Der Sommerflugplan der Deutschen Lufthansa 1928

Streckennetz Lufthansa 1928

Montag, den 23. April, wird die Deutsche Luft Hansa den diesjährigen Sommerluftverkehr eröffnen. Der größte Teil der insgesamt etwa 90 Linien wird zu diesem Termin in Betrieb genommen werden. Die restlichen folgen im Laufe der anschließenden drei Wochen nach. Eine besondere Stellung nimmt hier natürlich der sogenannte Bäderluftverkehr ein, der in den Hauptreisemonaten unterhalten wird. Eine Zusammenstellung aller aufgeführten Strecken, die in dem vom Reichsverkehrsministerium herausgegebenen Kursbuch ersichtlich sind, ergibt in den Hauptbetriebsmonaten eine tägliche Flugleistung von etwas über 60 000 km und übertrifft damit die Leistung des Vorjahres.

Diese Tatsache ist in erster Linie darauf zurückzuführen, daß zu dem ungefähr gleichen Streckennetz des vorigen Sommers einige internationale Flugverbindungen neu hinzugekommen sind. Seit Anfang Januar ist ja Spaniens Hauptstadt Madrid an das deutsche Luftverkehrsnetz angeschlossen.

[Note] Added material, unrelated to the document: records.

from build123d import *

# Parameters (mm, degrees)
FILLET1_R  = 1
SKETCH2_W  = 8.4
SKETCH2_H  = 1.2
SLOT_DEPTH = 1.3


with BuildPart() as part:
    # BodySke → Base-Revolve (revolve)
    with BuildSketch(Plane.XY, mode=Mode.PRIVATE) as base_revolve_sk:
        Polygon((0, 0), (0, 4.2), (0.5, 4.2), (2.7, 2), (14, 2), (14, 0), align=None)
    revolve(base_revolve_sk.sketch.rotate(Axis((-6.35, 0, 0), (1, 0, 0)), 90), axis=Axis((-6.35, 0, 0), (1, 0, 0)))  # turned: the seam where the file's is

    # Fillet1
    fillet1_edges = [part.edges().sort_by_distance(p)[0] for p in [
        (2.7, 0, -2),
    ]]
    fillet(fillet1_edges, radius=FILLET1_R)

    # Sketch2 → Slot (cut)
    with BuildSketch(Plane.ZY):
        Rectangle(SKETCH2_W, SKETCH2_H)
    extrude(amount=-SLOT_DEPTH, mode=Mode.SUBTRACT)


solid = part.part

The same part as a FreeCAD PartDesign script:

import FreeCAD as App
import Part
import Sketcher
from FreeCAD import Vector
Q = App.Units.Quantity


def edges_at(feature, points):
    """Names of the edges that pass closest to the given points."""
    edges = feature.Shape.Edges
    near = lambda p: min(range(len(edges)), key=lambda i: edges[i].distToShape(Part.Vertex(*p))[0])
    return sorted({f"Edge{near(p) + 1}" for p in points})

doc = App.newDocument("Part")
body = doc.addObject("PartDesign::Body", "Body")

# Sketch on XY plane
sketch1 = body.newObject("Sketcher::SketchObject", "Sketch")
sketch1.AttachmentSupport = (doc.getObject("XY_Plane"), [""])
sketch1.MapMode = "FlatFace"
sketch1.addGeometry(Part.LineSegment(Vector(0, 4.2, 0), Vector(0, 0, 0)), False)
sketch1.addGeometry(Part.LineSegment(Vector(0, 0, 0), Vector(14, 0, 0)), False)
sketch1.addGeometry(Part.LineSegment(Vector(14, 0, 0), Vector(14, 2, 0)), False)
sketch1.addGeometry(Part.LineSegment(Vector(14, 2, 0), Vector(2.7, 2, 0)), False)
sketch1.addGeometry(Part.LineSegment(Vector(2.7, 2, 0), Vector(0.5, 4.2, 0)), False)
sketch1.addGeometry(Part.LineSegment(Vector(0.5, 4.2, 0), Vector(0, 4.2, 0)), False)
sketch1.addConstraint(Sketcher.Constraint("Coincident", 0, 2, 1, 1))
sketch1.addConstraint(Sketcher.Constraint("Coincident", 1, 2, 2, 1))
sketch1.addConstraint(Sketcher.Constraint("Coincident", 2, 2, 3, 1))
sketch1.addConstraint(Sketcher.Constraint("Coincident", 3, 2, 4, 1))
sketch1.addConstraint(Sketcher.Constraint("Coincident", 4, 2, 5, 1))
sketch1.addConstraint(Sketcher.Constraint("Coincident", 5, 2, 0, 1))
sketch1.addConstraint(Sketcher.Constraint("Vertical", 0))
sketch1.addConstraint(Sketcher.Constraint("Horizontal", 1))
sketch1.addConstraint(Sketcher.Constraint("Vertical", 2))
sketch1.addConstraint(Sketcher.Constraint("Horizontal", 3))
sketch1.addConstraint(Sketcher.Constraint("Horizontal", 5))
sketch1.addConstraint(Sketcher.Constraint("Coincident", 0, 2, -1, 1))
sketch1.addConstraint(Sketcher.Constraint("DistanceX", 1, 1, 1, 2, Q("14 mm")))
sketch1.addConstraint(Sketcher.Constraint("DistanceY", 2, 1, 2, 2, Q("2 mm")))
sketch1.addConstraint(Sketcher.Constraint("Angle", 4, Q("135 deg")))
sketch1.addConstraint(Sketcher.Constraint("DistanceX", 3, 2, 3, 1, Q("11.3 mm")))
sketch1.addConstraint(Sketcher.Constraint("DistanceX", 5, 2, 5, 1, Q("0.5 mm")))
revolution = body.newObject("PartDesign::Revolution", "Revolution")
revolution.Profile = sketch1
revolution.ReferenceAxis = (sketch1, ["H_Axis"])
revolution.Angle = 360
doc.recompute()

fillet = body.newObject("PartDesign::Fillet", "Fillet")
fillet.Base = (revolution, edges_at(revolution, [(2.7, 0, -2)]))
fillet.Radius = 1

# Sketch on YZ plane
sketch2 = body.newObject("Sketcher::SketchObject", "Sketch001")
sketch2.AttachmentSupport = (doc.getObject("YZ_Plane"), [""])
sketch2.MapMode = "FlatFace"
sketch2.addGeometry(Part.LineSegment(Vector(0.6, -4.2, 0), Vector(-0.6, -4.2, 0)), False)
sketch2.addGeometry(Part.LineSegment(Vector(-0.6, -4.2, 0), Vector(-0.6, 4.2, 0)), False)
sketch2.addGeometry(Part.LineSegment(Vector(-0.6, 4.2, 0), Vector(0.6, 4.2, 0)), False)
sketch2.addGeometry(Part.LineSegment(Vector(0.6, 4.2, 0), Vector(0.6, -4.2, 0)), False)
sketch2.addConstraint(Sketcher.Constraint("Coincident", 0, 2, 1, 1))
sketch2.addConstraint(Sketcher.Constraint("Coincident", 1, 2, 2, 1))
sketch2.addConstraint(Sketcher.Constraint("Coincident", 2, 2, 3, 1))
sketch2.addConstraint(Sketcher.Constraint("Coincident", 3, 2, 0, 1))
sketch2.addConstraint(Sketcher.Constraint("Horizontal", 0))
sketch2.addConstraint(Sketcher.Constraint("Vertical", 1))
sketch2.addConstraint(Sketcher.Constraint("Horizontal", 2))
sketch2.addConstraint(Sketcher.Constraint("Vertical", 3))
sketch2.addConstraint(Sketcher.Constraint("Symmetric", 0, 2, 2, 2, -1, 1))
sketch2.addConstraint(Sketcher.Constraint("DistanceX", 0, 2, 0, 1, Q("1.2 mm")))
sketch2.addConstraint(Sketcher.Constraint("DistanceY", 1, 1, 1, 2, Q("8.4 mm")))
pocket1 = body.newObject("PartDesign::Pocket", "Pocket")
pocket1.Profile = sketch2
pocket1.Length = 1.3
pocket1.Reversed = True

doc.recompute()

Als erste direkte Flugverbindung zwischen Deutschland und Italien wird die transalpine Versuchsstrecke München – Mailand mit einer probeweisen Zwischenlandung in Trient durchgeführt werden, zunächst zur Beförderung von Fracht und Post, bei genügender Erfahrung auch für den Personentransport. Ein beachtlicher Ausbau wurde ferner auf den nach Skandinavien und den östlichen Randstaaten bestehenden Linien vollzogen. So wird erstmalig eine Überseeverbindung von Lübeck/Travemünde nach Kalmar geschaffen, welche nordwärts nach Stockholm und südwestwärts nach Hamburg, Bremen, Rheinland Anschluß besitzt. Durch diese Strecke ist es u.a. möglich, von Köln nach Stockholm in 11 Stunden zu reisen. An der Ostsee wird Memel durch die Linien Königsberg – Tilsit – Momel an das mitteleuropäische Netz angeschlossen. Im Osten, wo das Verkehrsnetz der Erdbeförderungsmittel nicht so stark ausgeprägt ist wie im dichtbesiedelten Westen, gewinnt der Luftverkehr erhöhte Bedeutung. Konnte man noch vor nicht allzulanger Zeit bei einer Betrachtung des mitteleuropäischen Luftverkehrsnetzes die internationalen Flugverbindungen aufzählen, ohne den Leser zu ermüden, so ist das heute nicht mehr möglich. denn, nachdem Deutschland mit allen unmittelbaren oder mittelbaren Nachbarstaaten, mit Ausnahme von Polen, Luftverkehrsabkommen geschlossen hat, sind fast alle Hauptstädte Europas von deutschen Flughäfen aus im regelmäßigen Luftverkehr zu erreichen. London, Amsterdam, Brüssel, Paris, Madrid, Basel, Zürich, Mailand, Venedig, (Rom), Wien, Budapest, (Belgrad, Sofia, Bukarest, Konstantinopel), Prag, Moskau, Riga, Reval, Helsingfors, Stockholm, Kopenhagen, Oslo sind die Endpunkte der von Deutschland ausstrahlenden Fluglinien.

In dem neuen Luftkursbuch kann man das deutliche Bestreben erkennen, den internationalen Luftverkehr möglichst zu beschleunigen. So ist in vielen Fällen die Zahl der Zwischenlandungen verringert worden. Z.B. wird auf der Route Berlin – Paris nur noch in Köln zwischengelandet, während der bisherige zweite Unterbrechungshafen Essen/Mülheim einen Zubringerdienst nach Köln erhält. Ebenso wird auf der Strecke Berlin – Moskau das Teilstück Berlin-Königsberg direkt, d.h. ohne Landung in Danzig beflogen, und bei der Verbindung Berlin-Genf hat man auf die Landung in Lausanne verzichtet. Auch durch Abkürzung der Aufenthalts- und Umsteigezeiten hat man den internationalen Flugverkehr zum Teil sehr erheblich beschleunigt, z.B. Berlin-Moskau um 3 Stunden, Berlin-Basel um 70 Minuten und Berlin-Paris um 40 Minuten. Der Einsatz immer schnellerer mehrmotoriger Großflugzeuge dient natürlich auch der Beschleunigung des Luftverkehrs.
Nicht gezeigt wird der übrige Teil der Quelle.